Enhanced photocatalytic activity for degrading phenol in seawater by TiO2-based catalysts under weak light irradiation

The seawater system is a typical salt water system. A catalyst should overcome the disturbance from the salt ions for an efficient photodegradation of organic pollutants in the seawater system. Commercial photocatalysts (P25) and La3+-doped SiO2-TiO2 prepared using adsorbed-layer nanoreactor synthesis (ALNS) were first used for photodegrading different initial concentrations of phenol in seawater under weak UV light irradiation.
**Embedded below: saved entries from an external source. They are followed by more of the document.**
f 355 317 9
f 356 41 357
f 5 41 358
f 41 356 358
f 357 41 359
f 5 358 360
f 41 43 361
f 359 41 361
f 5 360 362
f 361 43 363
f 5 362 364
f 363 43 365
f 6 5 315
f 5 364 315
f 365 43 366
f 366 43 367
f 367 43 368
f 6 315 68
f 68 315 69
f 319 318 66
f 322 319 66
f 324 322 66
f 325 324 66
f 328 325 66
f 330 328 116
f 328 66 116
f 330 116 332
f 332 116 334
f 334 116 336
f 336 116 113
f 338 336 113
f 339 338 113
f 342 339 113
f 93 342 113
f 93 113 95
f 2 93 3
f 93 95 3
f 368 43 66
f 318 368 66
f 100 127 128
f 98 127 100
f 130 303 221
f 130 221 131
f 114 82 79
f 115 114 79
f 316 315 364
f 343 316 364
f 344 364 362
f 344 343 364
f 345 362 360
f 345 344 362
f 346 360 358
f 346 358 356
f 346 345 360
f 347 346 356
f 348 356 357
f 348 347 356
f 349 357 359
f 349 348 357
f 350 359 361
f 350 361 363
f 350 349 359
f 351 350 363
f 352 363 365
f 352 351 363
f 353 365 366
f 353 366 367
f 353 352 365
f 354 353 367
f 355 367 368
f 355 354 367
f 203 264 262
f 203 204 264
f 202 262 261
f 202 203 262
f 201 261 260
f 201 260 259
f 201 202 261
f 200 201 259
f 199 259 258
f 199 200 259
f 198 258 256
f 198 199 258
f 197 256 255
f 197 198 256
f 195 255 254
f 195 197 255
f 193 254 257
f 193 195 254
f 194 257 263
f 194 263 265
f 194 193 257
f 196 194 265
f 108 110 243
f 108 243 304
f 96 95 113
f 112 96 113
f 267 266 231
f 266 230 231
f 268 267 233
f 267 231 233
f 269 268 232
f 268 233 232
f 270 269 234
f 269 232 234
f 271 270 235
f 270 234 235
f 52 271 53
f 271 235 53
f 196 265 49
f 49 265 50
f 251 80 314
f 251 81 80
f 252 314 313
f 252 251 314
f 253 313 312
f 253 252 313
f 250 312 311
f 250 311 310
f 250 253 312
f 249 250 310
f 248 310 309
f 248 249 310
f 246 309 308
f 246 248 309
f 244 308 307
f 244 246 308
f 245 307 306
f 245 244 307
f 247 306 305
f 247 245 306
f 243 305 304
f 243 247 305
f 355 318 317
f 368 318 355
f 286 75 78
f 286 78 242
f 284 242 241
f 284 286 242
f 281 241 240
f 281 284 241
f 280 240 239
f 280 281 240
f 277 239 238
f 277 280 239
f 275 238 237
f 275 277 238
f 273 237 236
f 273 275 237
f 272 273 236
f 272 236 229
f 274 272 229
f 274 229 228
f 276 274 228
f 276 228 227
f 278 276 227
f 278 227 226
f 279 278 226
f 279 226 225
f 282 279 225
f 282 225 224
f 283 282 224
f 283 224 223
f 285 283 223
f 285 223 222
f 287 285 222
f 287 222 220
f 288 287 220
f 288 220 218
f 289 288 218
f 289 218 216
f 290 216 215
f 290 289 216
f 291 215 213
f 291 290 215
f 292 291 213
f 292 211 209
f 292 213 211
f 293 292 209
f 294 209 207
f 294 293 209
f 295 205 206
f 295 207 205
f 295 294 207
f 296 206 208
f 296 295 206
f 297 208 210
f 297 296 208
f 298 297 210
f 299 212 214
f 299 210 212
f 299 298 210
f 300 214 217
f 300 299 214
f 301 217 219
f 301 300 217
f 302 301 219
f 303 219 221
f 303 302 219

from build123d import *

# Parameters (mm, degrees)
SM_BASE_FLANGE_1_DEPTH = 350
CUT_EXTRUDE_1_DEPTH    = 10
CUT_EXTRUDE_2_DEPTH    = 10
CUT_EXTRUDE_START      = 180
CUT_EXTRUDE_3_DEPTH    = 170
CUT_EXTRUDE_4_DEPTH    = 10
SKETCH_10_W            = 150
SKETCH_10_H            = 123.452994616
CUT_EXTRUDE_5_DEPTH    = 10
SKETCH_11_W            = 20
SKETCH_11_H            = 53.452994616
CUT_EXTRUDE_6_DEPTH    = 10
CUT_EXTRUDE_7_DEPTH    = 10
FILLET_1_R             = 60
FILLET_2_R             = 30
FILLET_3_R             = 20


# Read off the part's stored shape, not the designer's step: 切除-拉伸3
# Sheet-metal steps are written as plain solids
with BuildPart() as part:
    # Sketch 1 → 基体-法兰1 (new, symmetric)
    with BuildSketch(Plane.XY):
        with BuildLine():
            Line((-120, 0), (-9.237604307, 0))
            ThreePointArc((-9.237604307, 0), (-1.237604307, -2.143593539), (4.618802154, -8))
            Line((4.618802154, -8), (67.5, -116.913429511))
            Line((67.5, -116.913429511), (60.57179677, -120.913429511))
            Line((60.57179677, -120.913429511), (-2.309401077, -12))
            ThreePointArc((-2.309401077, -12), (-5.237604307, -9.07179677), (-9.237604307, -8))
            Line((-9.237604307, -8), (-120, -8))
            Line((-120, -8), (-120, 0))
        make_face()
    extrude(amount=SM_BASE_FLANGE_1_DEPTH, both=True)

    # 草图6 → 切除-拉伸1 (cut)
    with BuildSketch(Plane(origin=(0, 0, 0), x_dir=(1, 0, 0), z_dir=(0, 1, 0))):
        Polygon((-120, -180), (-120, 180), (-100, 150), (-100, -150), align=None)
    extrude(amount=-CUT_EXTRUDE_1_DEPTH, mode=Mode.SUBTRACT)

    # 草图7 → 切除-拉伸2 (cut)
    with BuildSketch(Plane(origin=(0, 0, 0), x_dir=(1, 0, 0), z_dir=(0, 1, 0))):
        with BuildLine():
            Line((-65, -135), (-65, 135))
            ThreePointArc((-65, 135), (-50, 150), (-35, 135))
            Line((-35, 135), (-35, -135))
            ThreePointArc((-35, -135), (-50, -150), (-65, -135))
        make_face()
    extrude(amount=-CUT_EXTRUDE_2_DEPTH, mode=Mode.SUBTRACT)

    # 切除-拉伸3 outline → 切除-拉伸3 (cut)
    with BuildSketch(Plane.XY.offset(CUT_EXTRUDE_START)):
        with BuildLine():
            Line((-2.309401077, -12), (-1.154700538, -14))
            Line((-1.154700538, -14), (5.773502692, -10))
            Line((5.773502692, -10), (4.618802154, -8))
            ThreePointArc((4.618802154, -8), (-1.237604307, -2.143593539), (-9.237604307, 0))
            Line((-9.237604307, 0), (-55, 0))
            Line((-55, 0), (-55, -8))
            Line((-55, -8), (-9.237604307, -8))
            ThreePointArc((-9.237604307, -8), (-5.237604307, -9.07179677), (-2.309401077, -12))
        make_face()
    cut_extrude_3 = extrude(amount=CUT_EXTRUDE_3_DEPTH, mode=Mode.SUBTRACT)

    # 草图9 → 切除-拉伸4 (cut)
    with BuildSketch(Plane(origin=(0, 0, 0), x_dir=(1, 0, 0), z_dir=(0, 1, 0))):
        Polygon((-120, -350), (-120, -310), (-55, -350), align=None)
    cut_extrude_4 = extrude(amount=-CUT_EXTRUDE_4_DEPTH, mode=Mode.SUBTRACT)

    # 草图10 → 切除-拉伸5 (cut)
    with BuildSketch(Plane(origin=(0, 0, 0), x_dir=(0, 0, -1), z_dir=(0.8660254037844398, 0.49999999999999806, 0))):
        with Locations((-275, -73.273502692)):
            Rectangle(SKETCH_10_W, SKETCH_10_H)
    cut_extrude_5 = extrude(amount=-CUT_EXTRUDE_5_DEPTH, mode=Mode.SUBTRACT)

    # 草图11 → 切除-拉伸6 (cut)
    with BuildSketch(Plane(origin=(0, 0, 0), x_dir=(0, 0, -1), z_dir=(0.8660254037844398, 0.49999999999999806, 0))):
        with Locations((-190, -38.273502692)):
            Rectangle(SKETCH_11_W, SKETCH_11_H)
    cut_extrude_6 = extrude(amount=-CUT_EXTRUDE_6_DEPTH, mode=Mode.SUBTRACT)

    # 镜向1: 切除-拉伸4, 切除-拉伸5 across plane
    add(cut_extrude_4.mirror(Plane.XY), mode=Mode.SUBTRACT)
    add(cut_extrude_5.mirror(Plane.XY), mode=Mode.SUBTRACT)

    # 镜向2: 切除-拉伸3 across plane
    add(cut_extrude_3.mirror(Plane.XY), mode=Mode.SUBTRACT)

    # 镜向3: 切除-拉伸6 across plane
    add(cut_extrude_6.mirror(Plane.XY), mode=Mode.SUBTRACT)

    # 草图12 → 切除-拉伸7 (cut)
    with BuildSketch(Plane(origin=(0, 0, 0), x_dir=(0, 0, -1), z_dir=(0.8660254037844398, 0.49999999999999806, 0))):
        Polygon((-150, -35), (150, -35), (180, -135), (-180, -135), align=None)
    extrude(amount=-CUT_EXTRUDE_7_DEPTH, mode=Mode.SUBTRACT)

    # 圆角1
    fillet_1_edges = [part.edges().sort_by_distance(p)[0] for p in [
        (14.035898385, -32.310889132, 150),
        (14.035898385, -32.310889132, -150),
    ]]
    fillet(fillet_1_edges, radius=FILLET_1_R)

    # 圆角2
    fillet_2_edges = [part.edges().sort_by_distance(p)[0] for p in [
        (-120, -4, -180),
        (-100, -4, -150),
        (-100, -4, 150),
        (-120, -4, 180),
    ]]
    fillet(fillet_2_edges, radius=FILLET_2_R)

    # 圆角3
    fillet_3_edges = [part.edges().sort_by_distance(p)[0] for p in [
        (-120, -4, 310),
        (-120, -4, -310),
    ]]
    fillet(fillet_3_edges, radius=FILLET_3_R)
The weak adsorption capacities for phenol and the hydrophilic surfaces of the two photocatalysts could not overcome the disturbance of salt ions and thus showed low photocatalytic activities. Based on this, graphene oxide (GO) was used as a support to prepare TiO2 and La3+-doped TiO2 using ALNS. The solvothermal treatment with alcohol was used as a solvent for both TiO2 crystallization and GO reduction. Results showed that TiO2 nanoparticles with sizes <10 nm formed and distributed homogeneously on the reduced GO surface. The small size of the TiO2 particles and the decreased oxygenated functional groups on the GO surface both caused high separation efficiency of the photogenerated charge carriers, thereby increasing the photodegradation performance. The strong phenol adsorption of the photocatalyst was efficient enough to overcome the interference of salt ions and enhance the photodegradation efficiency in seawater. The activities of the two Red-GO-TiO2 catalysts were more than twice those of P25 and La3+-doped SiO2-TiO2. La3+ doping caused mixed crystals to form and increased the shallow trapping sites for charge carriers. Therefore, La3+ doping increases the photocatalytic activity of Red-GO-TiO2.